И олень тоже качнул рогами: мол, ерунда.
И в самом деле! Что для Семена этот проигрыш?! Займет он восьмое место или девятое — невелика разница!
А главное, может, он хотел подкатиться к ребятам? К одноклассникам?..
От этой мысли Борису стало совсем нехорошо.
А что?! Очень даже возможно! Хитер Семен Крюкин! Знает, что в классе его недолюбливают. Вот и придумал… Смотрите, какой я патриот! Для своих товарищей, для своей школы ничего не пожалею. Даже проиграть готов…
Неужели так?..
…Ночью Борису не спалось. Он ворочался в постели, ерзал, что-то бормотал.
Утром, выпив лишь стакан чаю, — мать даже встревожилась: не болен ли? — заспешил в школу.
Ребята в раздевалке встречали его шумно, тискали руку, похлопывали по плечам, даже попытались качать. Оказывается, все уже знали, что он стал чемпионом: утром передали краткое сообщение по радио.
Его поздравляли, а он хмурился, говорил какие-то слова, а сам все шарил глазами: где Семен? Еще не пришел?
Появился Семен перед самым звонком, запыхавшийся, суетливый. Он всегда опаздывал.
Был он в серой вельветовой куртке, длинной, на тоненькой «молнии», тоже длинной — от шеи почти до колен.
Едва Семен плюхнулся за парту, вошел физик. Ну, у Адольфа на уроке не побеседуешь.
Борис почти не слышал, что объяснял физик. Вернее, слышал, но все шло как-то мимо.
Семену он послал записку:
«Есть разговор».
Тот обернулся, кивнул.
И вот — перемена.
Семен, стоя в проходе между партами, ждал Бориса.
— Ну?
— Выйдем, — сказал Борис.
Они вышли в зал. Тут на щите уже висел плакат:
«Новому чемпиону, Борису (почти Спасскому!) от всей 64-й, гип-гип ур-р-ра!»
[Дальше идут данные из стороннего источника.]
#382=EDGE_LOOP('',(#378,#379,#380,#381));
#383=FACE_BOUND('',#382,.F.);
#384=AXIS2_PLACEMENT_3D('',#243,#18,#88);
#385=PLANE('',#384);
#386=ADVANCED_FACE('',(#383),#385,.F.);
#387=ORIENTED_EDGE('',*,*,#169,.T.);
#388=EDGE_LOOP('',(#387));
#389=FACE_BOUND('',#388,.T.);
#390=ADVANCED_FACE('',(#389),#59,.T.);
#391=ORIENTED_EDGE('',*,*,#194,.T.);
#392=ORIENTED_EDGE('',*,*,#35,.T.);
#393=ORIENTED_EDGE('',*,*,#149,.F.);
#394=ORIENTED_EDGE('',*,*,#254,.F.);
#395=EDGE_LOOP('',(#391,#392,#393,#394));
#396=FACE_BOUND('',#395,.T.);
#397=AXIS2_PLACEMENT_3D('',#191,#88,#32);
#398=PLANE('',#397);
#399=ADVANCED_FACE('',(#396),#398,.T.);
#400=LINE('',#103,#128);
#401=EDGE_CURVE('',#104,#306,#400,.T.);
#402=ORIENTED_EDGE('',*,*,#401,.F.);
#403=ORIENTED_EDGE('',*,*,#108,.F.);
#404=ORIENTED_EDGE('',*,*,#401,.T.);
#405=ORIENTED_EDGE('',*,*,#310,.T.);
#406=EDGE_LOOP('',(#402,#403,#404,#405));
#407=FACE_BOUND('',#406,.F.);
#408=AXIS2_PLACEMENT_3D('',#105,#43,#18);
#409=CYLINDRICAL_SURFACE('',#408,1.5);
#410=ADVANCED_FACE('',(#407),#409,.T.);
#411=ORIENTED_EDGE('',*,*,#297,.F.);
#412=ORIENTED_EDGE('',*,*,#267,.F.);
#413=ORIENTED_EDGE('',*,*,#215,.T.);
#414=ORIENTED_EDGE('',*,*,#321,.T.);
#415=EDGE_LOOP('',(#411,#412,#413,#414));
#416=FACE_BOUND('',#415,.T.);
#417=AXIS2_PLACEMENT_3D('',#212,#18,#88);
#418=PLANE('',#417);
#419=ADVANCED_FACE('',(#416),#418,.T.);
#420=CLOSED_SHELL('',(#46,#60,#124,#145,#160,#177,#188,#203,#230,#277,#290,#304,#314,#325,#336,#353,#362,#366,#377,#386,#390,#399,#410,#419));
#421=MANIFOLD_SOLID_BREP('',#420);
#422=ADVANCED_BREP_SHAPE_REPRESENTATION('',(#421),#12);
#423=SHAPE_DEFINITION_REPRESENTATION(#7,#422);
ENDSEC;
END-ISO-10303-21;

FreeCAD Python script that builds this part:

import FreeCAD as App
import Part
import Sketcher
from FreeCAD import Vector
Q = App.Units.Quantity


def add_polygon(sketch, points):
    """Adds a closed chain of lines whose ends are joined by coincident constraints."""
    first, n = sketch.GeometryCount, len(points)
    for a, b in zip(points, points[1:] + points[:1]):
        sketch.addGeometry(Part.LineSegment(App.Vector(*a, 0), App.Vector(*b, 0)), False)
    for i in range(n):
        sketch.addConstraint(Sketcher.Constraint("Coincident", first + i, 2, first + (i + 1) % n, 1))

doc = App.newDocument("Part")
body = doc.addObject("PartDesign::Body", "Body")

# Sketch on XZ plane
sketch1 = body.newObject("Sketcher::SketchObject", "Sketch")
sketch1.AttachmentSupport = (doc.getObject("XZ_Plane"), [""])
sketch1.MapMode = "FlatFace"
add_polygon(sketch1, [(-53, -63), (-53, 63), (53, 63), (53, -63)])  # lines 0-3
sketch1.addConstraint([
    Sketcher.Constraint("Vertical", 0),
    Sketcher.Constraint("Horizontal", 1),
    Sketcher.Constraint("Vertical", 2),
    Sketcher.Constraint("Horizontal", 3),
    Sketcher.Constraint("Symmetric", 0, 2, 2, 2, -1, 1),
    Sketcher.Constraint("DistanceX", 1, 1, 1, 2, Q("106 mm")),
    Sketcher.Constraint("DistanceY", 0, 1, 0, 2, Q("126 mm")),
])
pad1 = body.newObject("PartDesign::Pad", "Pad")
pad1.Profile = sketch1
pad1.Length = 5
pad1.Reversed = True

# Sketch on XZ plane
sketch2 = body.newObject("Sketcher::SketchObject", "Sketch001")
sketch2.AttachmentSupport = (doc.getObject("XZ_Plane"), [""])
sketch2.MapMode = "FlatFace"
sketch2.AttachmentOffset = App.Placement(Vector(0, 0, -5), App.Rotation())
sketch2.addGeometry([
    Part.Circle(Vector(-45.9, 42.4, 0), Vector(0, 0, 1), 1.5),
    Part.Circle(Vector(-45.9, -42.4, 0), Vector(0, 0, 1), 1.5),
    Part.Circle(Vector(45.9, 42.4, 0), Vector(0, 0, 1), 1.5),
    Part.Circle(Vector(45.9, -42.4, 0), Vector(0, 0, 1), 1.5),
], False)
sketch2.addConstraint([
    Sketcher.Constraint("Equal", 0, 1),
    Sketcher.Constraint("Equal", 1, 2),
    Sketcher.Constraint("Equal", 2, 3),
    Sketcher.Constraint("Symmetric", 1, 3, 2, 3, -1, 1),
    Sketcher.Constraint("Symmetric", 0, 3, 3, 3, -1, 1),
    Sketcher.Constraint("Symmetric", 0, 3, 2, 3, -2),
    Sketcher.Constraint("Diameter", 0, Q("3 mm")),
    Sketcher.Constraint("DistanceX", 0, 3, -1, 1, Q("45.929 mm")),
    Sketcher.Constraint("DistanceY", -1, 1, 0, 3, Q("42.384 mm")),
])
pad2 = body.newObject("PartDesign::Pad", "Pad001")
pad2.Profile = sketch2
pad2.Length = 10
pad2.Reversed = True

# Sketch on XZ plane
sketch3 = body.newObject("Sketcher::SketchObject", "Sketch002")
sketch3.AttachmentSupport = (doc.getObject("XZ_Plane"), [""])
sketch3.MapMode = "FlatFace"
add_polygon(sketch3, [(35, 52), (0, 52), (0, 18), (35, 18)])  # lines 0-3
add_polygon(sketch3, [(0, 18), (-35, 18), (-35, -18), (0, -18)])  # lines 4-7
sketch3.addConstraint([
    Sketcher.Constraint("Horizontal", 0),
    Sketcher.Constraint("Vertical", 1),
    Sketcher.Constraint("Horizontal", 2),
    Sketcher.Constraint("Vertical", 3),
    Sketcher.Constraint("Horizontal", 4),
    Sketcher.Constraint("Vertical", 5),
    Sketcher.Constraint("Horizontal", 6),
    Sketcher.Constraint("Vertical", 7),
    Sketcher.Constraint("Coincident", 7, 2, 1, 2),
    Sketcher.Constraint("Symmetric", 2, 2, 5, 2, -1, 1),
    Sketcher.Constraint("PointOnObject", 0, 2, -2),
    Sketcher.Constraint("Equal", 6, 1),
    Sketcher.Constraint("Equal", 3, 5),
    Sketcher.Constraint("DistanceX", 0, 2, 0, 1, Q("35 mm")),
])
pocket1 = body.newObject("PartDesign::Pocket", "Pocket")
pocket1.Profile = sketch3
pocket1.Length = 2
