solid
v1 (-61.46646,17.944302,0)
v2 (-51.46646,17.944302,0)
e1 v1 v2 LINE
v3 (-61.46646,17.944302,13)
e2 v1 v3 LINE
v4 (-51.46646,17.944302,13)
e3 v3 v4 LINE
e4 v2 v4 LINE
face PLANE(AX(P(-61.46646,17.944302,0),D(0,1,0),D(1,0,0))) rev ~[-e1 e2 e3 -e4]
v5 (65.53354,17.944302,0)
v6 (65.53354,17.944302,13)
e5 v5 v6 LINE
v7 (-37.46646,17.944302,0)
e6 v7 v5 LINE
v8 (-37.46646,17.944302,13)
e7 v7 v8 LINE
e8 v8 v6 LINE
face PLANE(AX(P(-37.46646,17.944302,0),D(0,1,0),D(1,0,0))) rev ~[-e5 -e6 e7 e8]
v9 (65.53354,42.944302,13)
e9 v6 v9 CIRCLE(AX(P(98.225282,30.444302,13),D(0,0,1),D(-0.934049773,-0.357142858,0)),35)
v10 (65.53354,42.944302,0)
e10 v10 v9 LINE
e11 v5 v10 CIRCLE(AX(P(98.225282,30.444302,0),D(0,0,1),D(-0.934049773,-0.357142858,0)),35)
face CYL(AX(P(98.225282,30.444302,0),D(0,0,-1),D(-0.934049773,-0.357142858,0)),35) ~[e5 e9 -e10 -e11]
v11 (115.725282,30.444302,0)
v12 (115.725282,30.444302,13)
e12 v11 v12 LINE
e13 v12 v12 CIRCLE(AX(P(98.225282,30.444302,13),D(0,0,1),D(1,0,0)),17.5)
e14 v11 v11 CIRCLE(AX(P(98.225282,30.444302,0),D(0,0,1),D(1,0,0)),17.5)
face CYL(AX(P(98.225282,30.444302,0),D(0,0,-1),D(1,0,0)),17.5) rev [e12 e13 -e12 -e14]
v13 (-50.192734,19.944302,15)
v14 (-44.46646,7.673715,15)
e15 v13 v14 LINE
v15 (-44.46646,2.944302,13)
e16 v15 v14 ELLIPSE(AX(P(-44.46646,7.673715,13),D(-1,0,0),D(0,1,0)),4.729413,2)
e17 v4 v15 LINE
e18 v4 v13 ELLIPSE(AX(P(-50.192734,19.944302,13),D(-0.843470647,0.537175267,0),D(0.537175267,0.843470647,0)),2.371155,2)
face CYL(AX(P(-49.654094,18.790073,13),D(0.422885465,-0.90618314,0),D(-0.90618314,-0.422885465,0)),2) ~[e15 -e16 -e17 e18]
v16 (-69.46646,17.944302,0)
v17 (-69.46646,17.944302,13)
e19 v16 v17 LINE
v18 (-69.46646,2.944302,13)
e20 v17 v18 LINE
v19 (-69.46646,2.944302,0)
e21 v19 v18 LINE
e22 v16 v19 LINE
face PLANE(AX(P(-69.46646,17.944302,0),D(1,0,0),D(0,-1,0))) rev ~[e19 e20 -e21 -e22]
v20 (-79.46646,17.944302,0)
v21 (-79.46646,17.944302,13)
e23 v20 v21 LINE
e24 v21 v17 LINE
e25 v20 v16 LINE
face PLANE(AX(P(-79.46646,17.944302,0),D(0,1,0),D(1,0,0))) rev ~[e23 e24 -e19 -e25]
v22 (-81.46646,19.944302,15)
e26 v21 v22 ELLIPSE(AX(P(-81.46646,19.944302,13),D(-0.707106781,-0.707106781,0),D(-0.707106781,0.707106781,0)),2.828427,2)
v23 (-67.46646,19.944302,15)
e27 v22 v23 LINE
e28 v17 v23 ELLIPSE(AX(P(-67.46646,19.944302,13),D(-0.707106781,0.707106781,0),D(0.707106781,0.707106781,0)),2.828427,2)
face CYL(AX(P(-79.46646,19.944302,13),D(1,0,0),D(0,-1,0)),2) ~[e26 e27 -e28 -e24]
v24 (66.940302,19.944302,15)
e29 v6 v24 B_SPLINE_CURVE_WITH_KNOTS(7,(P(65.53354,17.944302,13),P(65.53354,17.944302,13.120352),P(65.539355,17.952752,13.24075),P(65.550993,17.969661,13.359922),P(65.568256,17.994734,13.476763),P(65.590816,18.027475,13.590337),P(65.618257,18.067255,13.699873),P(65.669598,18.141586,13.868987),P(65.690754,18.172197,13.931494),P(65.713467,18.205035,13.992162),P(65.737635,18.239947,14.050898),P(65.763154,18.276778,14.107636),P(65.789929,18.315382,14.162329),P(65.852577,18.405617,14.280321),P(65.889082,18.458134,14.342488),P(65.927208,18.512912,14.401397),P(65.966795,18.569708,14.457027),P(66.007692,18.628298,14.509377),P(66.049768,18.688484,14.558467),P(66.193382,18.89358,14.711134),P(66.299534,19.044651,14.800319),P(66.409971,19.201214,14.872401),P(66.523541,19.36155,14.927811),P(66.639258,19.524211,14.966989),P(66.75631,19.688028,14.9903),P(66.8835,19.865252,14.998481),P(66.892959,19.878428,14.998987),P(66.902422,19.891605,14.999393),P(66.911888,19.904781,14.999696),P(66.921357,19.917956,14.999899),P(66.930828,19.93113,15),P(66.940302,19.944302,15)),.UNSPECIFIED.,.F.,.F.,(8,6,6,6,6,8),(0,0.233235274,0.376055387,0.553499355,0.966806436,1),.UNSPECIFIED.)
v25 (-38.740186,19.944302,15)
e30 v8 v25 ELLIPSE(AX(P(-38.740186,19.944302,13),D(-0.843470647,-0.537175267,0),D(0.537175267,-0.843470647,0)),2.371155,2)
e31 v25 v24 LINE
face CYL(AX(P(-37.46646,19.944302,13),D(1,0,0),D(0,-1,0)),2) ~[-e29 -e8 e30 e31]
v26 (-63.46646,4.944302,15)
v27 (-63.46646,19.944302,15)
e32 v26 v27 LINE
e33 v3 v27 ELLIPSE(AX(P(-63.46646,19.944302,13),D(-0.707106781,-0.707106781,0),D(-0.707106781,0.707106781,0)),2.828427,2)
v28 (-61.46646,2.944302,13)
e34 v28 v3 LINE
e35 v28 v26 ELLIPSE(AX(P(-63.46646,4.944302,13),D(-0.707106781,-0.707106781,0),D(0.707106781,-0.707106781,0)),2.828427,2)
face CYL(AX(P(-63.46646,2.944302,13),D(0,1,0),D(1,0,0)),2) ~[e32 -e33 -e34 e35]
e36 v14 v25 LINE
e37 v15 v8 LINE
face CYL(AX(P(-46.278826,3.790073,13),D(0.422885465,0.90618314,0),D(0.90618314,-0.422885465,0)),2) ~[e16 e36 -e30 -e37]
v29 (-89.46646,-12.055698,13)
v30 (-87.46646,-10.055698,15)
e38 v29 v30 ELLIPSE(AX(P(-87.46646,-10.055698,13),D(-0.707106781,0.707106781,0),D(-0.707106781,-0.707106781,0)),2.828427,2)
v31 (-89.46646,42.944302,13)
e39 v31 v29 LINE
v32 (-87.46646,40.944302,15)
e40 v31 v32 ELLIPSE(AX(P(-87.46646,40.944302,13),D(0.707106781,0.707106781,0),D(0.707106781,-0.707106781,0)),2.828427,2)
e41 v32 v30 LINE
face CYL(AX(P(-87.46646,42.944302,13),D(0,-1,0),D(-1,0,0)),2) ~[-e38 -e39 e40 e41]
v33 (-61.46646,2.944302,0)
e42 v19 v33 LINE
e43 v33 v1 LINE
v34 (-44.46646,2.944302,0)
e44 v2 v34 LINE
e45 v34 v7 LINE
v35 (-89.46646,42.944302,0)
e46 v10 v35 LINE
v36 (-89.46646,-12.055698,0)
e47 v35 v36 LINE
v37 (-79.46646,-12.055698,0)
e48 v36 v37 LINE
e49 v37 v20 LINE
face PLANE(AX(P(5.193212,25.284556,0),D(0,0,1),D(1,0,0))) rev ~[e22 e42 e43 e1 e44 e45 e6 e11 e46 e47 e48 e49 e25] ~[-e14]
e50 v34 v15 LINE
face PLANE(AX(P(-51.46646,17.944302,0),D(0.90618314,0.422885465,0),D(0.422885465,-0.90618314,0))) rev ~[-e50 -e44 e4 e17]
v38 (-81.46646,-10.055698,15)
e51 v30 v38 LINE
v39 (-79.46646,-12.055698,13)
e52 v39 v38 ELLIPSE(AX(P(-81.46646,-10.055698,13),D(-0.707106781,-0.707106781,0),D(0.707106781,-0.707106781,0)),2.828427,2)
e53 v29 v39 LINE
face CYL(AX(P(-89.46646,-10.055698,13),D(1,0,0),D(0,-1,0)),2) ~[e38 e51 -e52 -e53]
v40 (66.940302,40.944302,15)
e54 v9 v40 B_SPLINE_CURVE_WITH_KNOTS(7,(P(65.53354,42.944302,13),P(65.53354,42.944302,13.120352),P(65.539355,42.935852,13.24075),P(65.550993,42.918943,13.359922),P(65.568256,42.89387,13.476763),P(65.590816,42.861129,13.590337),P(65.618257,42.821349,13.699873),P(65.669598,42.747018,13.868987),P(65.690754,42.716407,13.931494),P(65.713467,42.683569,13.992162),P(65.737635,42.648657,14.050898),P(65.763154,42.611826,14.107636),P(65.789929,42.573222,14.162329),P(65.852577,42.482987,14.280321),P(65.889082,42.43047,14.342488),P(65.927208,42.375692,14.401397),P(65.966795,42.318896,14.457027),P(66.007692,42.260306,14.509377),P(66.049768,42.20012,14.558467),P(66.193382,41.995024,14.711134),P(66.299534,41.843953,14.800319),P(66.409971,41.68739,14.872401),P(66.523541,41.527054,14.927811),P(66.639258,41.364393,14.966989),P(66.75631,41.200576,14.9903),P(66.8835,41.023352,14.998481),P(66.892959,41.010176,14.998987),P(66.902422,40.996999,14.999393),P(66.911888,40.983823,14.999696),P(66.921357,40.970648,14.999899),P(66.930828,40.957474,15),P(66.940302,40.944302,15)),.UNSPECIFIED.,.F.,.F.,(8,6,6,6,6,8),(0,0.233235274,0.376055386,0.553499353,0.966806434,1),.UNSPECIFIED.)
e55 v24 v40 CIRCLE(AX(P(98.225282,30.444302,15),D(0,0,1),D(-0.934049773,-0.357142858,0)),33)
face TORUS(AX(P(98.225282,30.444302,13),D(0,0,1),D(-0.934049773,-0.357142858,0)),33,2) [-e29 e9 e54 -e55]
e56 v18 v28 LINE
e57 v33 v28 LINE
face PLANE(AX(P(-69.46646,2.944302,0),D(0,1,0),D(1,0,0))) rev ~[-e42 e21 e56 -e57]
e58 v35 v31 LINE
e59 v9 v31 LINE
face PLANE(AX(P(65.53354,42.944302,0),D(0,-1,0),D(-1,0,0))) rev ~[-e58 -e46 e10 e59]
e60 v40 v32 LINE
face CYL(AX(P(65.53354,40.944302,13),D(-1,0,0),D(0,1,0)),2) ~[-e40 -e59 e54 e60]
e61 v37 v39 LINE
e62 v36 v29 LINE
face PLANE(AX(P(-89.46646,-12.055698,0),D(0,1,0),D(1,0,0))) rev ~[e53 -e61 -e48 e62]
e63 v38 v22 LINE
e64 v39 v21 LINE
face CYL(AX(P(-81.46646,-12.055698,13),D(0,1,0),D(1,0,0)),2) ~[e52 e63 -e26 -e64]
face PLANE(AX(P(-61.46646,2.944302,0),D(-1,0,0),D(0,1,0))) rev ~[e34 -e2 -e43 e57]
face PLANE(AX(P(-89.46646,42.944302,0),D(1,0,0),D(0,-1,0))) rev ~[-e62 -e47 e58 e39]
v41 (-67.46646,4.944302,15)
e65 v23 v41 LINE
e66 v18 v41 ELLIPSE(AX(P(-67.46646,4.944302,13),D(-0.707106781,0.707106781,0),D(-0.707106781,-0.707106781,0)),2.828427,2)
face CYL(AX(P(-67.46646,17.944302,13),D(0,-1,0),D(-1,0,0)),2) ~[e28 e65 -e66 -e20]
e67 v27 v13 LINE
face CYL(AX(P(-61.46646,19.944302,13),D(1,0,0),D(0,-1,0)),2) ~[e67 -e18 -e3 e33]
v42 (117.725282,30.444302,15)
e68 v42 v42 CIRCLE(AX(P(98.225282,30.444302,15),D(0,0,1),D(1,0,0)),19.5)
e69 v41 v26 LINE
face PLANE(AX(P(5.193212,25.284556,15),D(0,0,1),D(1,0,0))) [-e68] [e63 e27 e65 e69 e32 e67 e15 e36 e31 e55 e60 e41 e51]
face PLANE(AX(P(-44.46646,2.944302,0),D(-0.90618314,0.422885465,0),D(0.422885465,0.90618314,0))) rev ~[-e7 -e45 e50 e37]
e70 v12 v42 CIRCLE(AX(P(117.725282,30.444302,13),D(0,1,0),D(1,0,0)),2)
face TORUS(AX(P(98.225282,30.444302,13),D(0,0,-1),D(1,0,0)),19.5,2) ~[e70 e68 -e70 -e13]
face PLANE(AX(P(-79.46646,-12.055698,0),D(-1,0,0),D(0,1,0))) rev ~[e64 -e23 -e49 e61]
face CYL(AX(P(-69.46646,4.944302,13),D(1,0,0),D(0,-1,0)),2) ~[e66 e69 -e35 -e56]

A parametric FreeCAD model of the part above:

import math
import FreeCAD as App
import Part
import Sketcher
from FreeCAD import Vector
Q = App.Units.Quantity


def edges_at(feature, points):
    """Names of the edges that pass closest to the given points."""
    edges = feature.Shape.Edges
    near = lambda p: min(range(len(edges)), key=lambda i: edges[i].distToShape(Part.Vertex(*p))[0])
    return sorted({f"Edge{near(p) + 1}" for p in points})

doc = App.newDocument("Part")
body = doc.addObject("PartDesign::Body", "Body")

# Sketch on XY plane
sketch1 = body.newObject("Sketcher::SketchObject", "Sketch")
sketch1.AttachmentSupport = (doc.getObject("XY_Plane"), [""])
sketch1.MapMode = "FlatFace"
sketch1.addGeometry([
    Part.LineSegment(Vector(-89, -12, 0), Vector(-79, -12, 0)),  # 0
    Part.LineSegment(Vector(-79, -12, 0), Vector(-79, 18, 0)),  # 1
    Part.LineSegment(Vector(-79, 18, 0), Vector(-69, 18, 0)),  # 2
    Part.LineSegment(Vector(-69, 18, 0), Vector(-69, 3, 0)),  # 3
    Part.LineSegment(Vector(-69, 3, 0), Vector(-61, 3, 0)),  # 4
    Part.LineSegment(Vector(-61, 3, 0), Vector(-61, 18, 0)),  # 5
    Part.LineSegment(Vector(-61, 18, 0), Vector(-51, 18, 0)),  # 6
    Part.LineSegment(Vector(-51, 18, 0), Vector(-44, 3, 0)),  # 7
    Part.LineSegment(Vector(-44, 3, 0), Vector(-37, 18, 0)),  # 8
    Part.LineSegment(Vector(-37, 18, 0), Vector(66, 18, 0)),  # 9
    Part.ArcOfCircle(Part.Circle(Vector(98, 30, 0), Vector(0, 0, 1), 35), math.radians(-159), math.radians(159)),  # 10
    Part.LineSegment(Vector(66, 43, 0), Vector(-89, 43, 0)),  # 11
    Part.LineSegment(Vector(-89, 43, 0), Vector(-89, -12, 0)),  # 12
    Part.Circle(Vector(98, 30, 0), Vector(0, 0, 1), 18),  # 13
], False)
sketch1.addConstraint([
    Sketcher.Constraint("Coincident", 0, 2, 1, 1),
    Sketcher.Constraint("Coincident", 1, 2, 2, 1),
    Sketcher.Constraint("Coincident", 2, 2, 3, 1),
    Sketcher.Constraint("Coincident", 3, 2, 4, 1),
    Sketcher.Constraint("Coincident", 4, 2, 5, 1),
    Sketcher.Constraint("Coincident", 5, 2, 6, 1),
    Sketcher.Constraint("Coincident", 6, 2, 7, 1),
    Sketcher.Constraint("Coincident", 7, 2, 8, 1),
    Sketcher.Constraint("Coincident", 8, 2, 9, 1),
    Sketcher.Constraint("Coincident", 9, 2, 10, 1),
    Sketcher.Constraint("Coincident", 10, 2, 11, 1),
    Sketcher.Constraint("Coincident", 11, 2, 12, 1),
    Sketcher.Constraint("Coincident", 12, 2, 0, 1),
    Sketcher.Constraint("Horizontal", 0),
    Sketcher.Constraint("Vertical", 1),
    Sketcher.Constraint("Horizontal", 2),
    Sketcher.Constraint("Vertical", 3),
    Sketcher.Constraint("Horizontal", 4),
    Sketcher.Constraint("Vertical", 5),
    Sketcher.Constraint("Horizontal", 6),
    Sketcher.Constraint("Horizontal", 9),
    Sketcher.Constraint("Horizontal", 11),
    Sketcher.Constraint("Vertical", 12),
    Sketcher.Constraint("Coincident", 13, 3, 10, 3),
    Sketcher.Constraint("Horizontal", 2, 2, 5, 2),
    Sketcher.Constraint("Horizontal", 4, 2, 7, 2),
    Sketcher.Constraint("Horizontal", 6, 2, 8, 2),
    Sketcher.Constraint("Vertical", 9, 2, 10, 2),
    Sketcher.Constraint("Equal", 0, 2),
    Sketcher.Constraint("Equal", 2, 6),
    Sketcher.Constraint("Equal", 7, 8),
    Sketcher.Constraint("Diameter", 13, Q("35 mm")),
    Sketcher.Constraint("Radius", 10, Q("35 mm")),
    Sketcher.Constraint("DistanceX", 0, 1, 0, 2, Q("10 mm")),
    Sketcher.Constraint("DistanceX", 4, 1, 4, 2, Q("8 mm")),
    Sketcher.Constraint("DistanceX", 9, 1, 9, 2, Q("103 mm")),
    Sketcher.Constraint("DistanceX", 11, 2, 11, 1, Q("155 mm")),
    Sketcher.Constraint("DistanceY", 1, 1, 1, 2, Q("30 mm")),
И красной тушью, крупными мазками, нарисован Борис. И на голове — корона.
«Шурки Михалева творение», — подумал Борис, проходя мимо.
Шурка всегда безотказно малевал все срочное. Несколько движений кисти — и портрет готов. Иногда получалось даже похоже.
Борис увел Семена вниз. Там, в самом конце лестницы, был темный, уютный тупичок.
— Давай так — правду, только правду, и ничего, кроме правды. Идет? — сказал Борис.
Семен пожал плечами. Он стоял, дергая вверх-вниз пластмассовый язычок «молнии». С мягким шуршанием она открывалась и закрывалась.
— Ты вчера нарочно? Проиграл партию? — в упор спросил Борис.
Семен усмехнулся, посмотрел ему в глаза.
— А тебе зачем? Проиграл, и все. — Он неторопливо раздернул «молнию», и лихо, с треском задернул. — А ежели бы и нарочно — тогда что?
— Нет, ты не финти, — Борис нахмурился. — Договорились же: правду, и только правду…
— Ну, что ж, — Семен оглянулся. — Мы тут одни. Без свидетелей. Правду? Пожалуйста. — Он снова оглянулся. — Да, я нарочно… Но учти — на благо школы… Скумекал?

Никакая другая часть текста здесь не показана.